Similarly, when someone buys units of a mutual fund, he has no control over the asset or securities underlying those units. It is the discretion (or decision) of the fund manager (or index manager in case of ETF) that would decide what would be the asset underlying those mutual fund units. I wonder how could someone be termed as an investor or lender if I have absolutely no control over the security or asset I am buying or the entity I am lending to?
Also, consider if a fund manager tells you that I will interest in these five businesses and hold it for next 20years regardless of the market price of their stock, and charge you 2% every year for holding stock on your behalf. How many investors would agree to this proposition?
Obviously, when you buy units of a mutual fund, you entrust your money to an expert who has a track record of dealing in "securities as commodity". Your bet is on the jokey (fund manager) and not the horse (underlying securities); because you have no clue about or control over the horse.

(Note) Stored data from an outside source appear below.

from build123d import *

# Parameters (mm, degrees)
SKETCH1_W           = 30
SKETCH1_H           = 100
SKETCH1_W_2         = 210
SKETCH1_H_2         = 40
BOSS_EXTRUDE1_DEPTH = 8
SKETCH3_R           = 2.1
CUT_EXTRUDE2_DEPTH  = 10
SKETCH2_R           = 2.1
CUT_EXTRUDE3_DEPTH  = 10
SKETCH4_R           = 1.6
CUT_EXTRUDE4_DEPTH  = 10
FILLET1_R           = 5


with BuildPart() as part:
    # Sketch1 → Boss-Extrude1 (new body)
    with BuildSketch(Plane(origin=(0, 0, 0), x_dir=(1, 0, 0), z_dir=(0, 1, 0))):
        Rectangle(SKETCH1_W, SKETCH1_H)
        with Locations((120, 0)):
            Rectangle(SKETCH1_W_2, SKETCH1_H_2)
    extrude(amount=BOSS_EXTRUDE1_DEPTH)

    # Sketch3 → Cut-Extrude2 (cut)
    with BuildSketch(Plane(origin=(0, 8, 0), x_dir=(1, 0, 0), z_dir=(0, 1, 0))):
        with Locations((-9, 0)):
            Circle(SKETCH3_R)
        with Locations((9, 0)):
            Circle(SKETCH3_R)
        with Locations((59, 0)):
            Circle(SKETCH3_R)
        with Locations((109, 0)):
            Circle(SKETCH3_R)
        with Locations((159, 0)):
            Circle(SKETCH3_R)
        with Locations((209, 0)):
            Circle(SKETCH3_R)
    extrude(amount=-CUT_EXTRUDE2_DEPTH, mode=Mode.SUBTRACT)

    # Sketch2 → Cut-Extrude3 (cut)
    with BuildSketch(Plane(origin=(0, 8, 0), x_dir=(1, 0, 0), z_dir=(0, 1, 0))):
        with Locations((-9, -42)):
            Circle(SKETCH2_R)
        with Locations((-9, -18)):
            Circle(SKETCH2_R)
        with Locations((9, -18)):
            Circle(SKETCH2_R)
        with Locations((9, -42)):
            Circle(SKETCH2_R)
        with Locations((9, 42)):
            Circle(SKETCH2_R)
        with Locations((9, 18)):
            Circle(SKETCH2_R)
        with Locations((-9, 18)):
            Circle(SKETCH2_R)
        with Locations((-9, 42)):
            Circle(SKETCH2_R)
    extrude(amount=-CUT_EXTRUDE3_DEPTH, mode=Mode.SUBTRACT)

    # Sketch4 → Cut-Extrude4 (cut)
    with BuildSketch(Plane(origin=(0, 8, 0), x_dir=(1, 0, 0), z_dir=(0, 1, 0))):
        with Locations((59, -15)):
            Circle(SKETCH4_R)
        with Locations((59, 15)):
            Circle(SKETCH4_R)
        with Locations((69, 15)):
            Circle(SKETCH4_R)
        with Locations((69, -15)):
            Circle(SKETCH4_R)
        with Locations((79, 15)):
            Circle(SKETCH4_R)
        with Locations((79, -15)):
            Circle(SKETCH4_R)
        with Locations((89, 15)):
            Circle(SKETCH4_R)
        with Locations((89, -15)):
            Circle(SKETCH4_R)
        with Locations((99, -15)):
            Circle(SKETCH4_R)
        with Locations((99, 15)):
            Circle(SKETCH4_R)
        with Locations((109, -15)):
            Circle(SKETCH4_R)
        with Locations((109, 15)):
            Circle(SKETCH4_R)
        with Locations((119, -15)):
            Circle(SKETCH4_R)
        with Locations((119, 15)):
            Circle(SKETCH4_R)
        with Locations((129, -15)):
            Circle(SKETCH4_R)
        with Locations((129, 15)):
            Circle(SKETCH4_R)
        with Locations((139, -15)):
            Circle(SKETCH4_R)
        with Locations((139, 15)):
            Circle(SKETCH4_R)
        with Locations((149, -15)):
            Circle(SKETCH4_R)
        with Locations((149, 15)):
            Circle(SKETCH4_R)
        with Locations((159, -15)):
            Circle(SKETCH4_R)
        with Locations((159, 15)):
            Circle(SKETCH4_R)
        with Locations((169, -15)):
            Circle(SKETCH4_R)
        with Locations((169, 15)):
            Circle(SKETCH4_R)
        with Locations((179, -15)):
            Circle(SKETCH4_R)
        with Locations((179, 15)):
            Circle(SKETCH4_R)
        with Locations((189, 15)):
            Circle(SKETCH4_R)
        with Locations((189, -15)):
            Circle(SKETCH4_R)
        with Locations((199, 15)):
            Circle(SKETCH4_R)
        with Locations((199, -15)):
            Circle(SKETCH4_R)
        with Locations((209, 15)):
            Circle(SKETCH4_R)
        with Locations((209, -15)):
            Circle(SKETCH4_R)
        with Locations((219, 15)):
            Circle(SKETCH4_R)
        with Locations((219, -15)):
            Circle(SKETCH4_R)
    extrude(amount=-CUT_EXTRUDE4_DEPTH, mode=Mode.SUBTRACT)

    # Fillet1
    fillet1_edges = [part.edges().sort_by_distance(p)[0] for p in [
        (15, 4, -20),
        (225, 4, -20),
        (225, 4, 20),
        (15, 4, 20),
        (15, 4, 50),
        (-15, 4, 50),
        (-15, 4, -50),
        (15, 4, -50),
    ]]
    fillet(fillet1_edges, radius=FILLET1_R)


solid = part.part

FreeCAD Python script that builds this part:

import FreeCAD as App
import Part
import Sketcher
from FreeCAD import Vector


def edges_at(feature, points):
    """Names of the edges that pass closest to the given points."""
    edges = feature.Shape.Edges
    near = lambda p: min(range(len(edges)), key=lambda i: edges[i].distToShape(Part.Vertex(*p))[0])
    return sorted({f"Edge{near(p) + 1}" for p in points})

doc = App.newDocument("Part")
params = doc.addObject("Spreadsheet::Sheet", "Params")
for row, (alias, value) in enumerate([
    ("sketch1_width", "30 mm"),
    ("sketch1_width2", "210 mm"),
    ("sketch1_height", "100 mm"),
    ("pad1_length", "8 mm"),
    ("sketch2_diameter", "4.2 mm"),
    ("pocket1_length", "10 mm"),
    ("sketch3_diameter", "4.2 mm"),
    ("pocket2_length", "10 mm"),
    ("sketch4_diameter", "3.2 mm"),
    ("pocket3_length", "10 mm"),
    ("fillet_radius", "5 mm"),
], start=1):
    params.set(f"A{row}", alias)
    params.set(f"B{row}", "=" + value)
    params.setAlias(f"B{row}", alias)

body = doc.addObject("PartDesign::Body", "Body")

sketch1 = body.newObject("Sketcher::SketchObject", "Sketch")
sketch1.AttachmentSupport = (doc.getObject("XZ_Plane"), [""])
sketch1.MapMode = "FlatFace"
sketch1.addGeometry([
    Part.LineSegment(Vector(-15, -50, 0), Vector(-15, 50, 0)),
    Part.LineSegment(Vector(-15, 50, 0), Vector(15, 50, 0)),
    Part.LineSegment(Vector(15, 50, 0), Vector(15, 20, 0)),
    Part.LineSegment(Vector(15, 20, 0), Vector(225, 20, 0)),
    Part.LineSegment(Vector(225, 20, 0), Vector(225, -20, 0)),
    Part.LineSegment(Vector(225, -20, 0), Vector(15, -20, 0)),
    Part.LineSegment(Vector(15, -20, 0), Vector(15, -50, 0)),
    Part.LineSegment(Vector(15, -50, 0), Vector(-15, -50, 0)),
], False)
sketch1.addConstraint([
    Sketcher.Constraint("Coincident", 0, 2, 1, 1),
    Sketcher.Constraint("Coincident", 1, 2, 2, 1),
    Sketcher.Constraint("Coincident", 2, 2, 3, 1),
    Sketcher.Constraint("Coincident", 3, 2, 4, 1),
    Sketcher.Constraint("Coincident", 4, 2, 5, 1),
    Sketcher.Constraint("Coincident", 5, 2, 6, 1),
    Sketcher.Constraint("Coincident", 6, 2, 7, 1),
    Sketcher.Constraint("Coincident", 7, 2, 0, 1),
    Sketcher.Constraint("Vertical", 0),
    Sketcher.Constraint("Horizontal", 1),
    Sketcher.Constraint("Vertical", 2),
    Sketcher.Constraint("Horizontal", 3),
    Sketcher.Constraint("Vertical", 4),
    Sketcher.Constraint("Horizontal", 5),
    Sketcher.Constraint("Vertical", 6),
    Sketcher.Constraint("Horizontal", 7),
    Sketcher.Constraint("Symmetric", 0, 2, 6, 2, -1, 1),
    Sketcher.Constraint("Symmetric", 2, 2, 5, 2, -1),
    Sketcher.Constraint("Equal", 7, 2),
    Sketcher.Constraint("DistanceX", 1, 1, 1, 2, 30.0),
    Sketcher.Constraint("DistanceX", 3, 1, 3, 2, 210.0),
    Sketcher.Constraint("DistanceY", 0, 1, 0, 2, 100.0),
])
sketch1.setExpression("Constraints[19]", "Params.sketch1_width")
sketch1.setExpression("Constraints[20]", "Params.sketch1_width2")
sketch1.setExpression("Constraints[21]", "Params.sketch1_height")
pad1 = body.newObject("PartDesign::Pad", "Pad")
pad1.Profile = sketch1
pad1.setExpression("Length", "Params.pad1_length")
pad1.Reversed = True

sketch2 = body.newObject("Sketcher::SketchObject", "Sketch001")
sketch2.AttachmentSupport = (doc.getObject("XZ_Plane"), [""])
sketch2.MapMode = "FlatFace"
sketch2.AttachmentOffset = App.Placement(Vector(0, 0, -8), App.Rotation())
sketch2.addGeometry([
    Part.Circle(Vector(-9, 0, 0), Vector(0, 0, 1), 2.1),
    Part.Circle(Vector(9, 0, 0), Vector(0, 0, 1), 2.1),
    Part.Circle(Vector(59, 0, 0), Vector(0, 0, 1), 2.1),
    Part.Circle(Vector(109, 0, 0), Vector(0, 0, 1), 2.1),
    Part.Circle(Vector(159, 0, 0), Vector(0, 0, 1), 2.1),
    Part.Circle(Vector(209, 0, 0), Vector(0, 0, 1), 2.1),
], False)
sketch2.addConstraint([
    Sketcher.Constraint("Equal", 0, 1),
    Sketcher.Constraint("Equal", 1, 2),
    Sketcher.Constraint("Equal", 2, 3),
    Sketcher.Constraint("Equal", 3, 4),
    Sketcher.Constraint("Equal", 4, 5),
    Sketcher.Constraint("Symmetric", 0, 3, 1, 3, -1, 1),
    Sketcher.Constraint("PointOnObject", 0, 3, -1),
    Sketcher.Constraint("PointOnObject", 2, 3, -1),
    Sketcher.Constraint("PointOnObject", 3, 3, -1),
    Sketcher.Constraint("PointOnObject", 4, 3, -1),
    Sketcher.Constraint("PointOnObject", 5, 3, -1),
    Sketcher.Constraint("Diameter", 0, 4.2),
    Sketcher.Constraint("DistanceX", 0, 3, -1, 1, 9.0),
    Sketcher.Constraint("DistanceX", -1, 1, 2, 3, 59.0),
    Sketcher.Constraint("DistanceX", -1, 1, 3, 3, 109.0),
    Sketcher.Constraint("DistanceX", -1, 1, 4, 3, 159.0),
    Sketcher.Constraint("DistanceX", -1, 1, 5, 3, 209.0),
])
sketch2.setExpression("Constraints[11]", "Params.sketch2_diameter")
pocket1 = body.newObject("PartDesign::Pocket", "Pocket")
pocket1.Profile = sketch2
pocket1.setExpression("Length", "Params.pocket1_length")
pocket1.Reversed = True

Therefore, basically buying mutual units is also trading in "securities as commodity". The gains and losses from this trade are closely linked to the day to day demand and supply equilibrium without any regard to the strength of ultimate underlying business.
The occurrences in the debt mutual funds in past 12-15 months aptly illustrate this point. A debt mutual fund receives a large redemption request (excess supply) on a day when the liquidity in the market is tight. To meet the redemption obligation, the fund manager sells bonds below fair value causing loss to the unit holder. The company who had issued this bond is working perfectly fine and is fully solvent. This phenomenon can only be explained if we treat MF units as commodity, which realized less money because supply was more than demand on that particular day.
If the market participants assimilate these two manifestations of the financial assets, it would be much easier to navigate through market cycles and business (economic) cycles.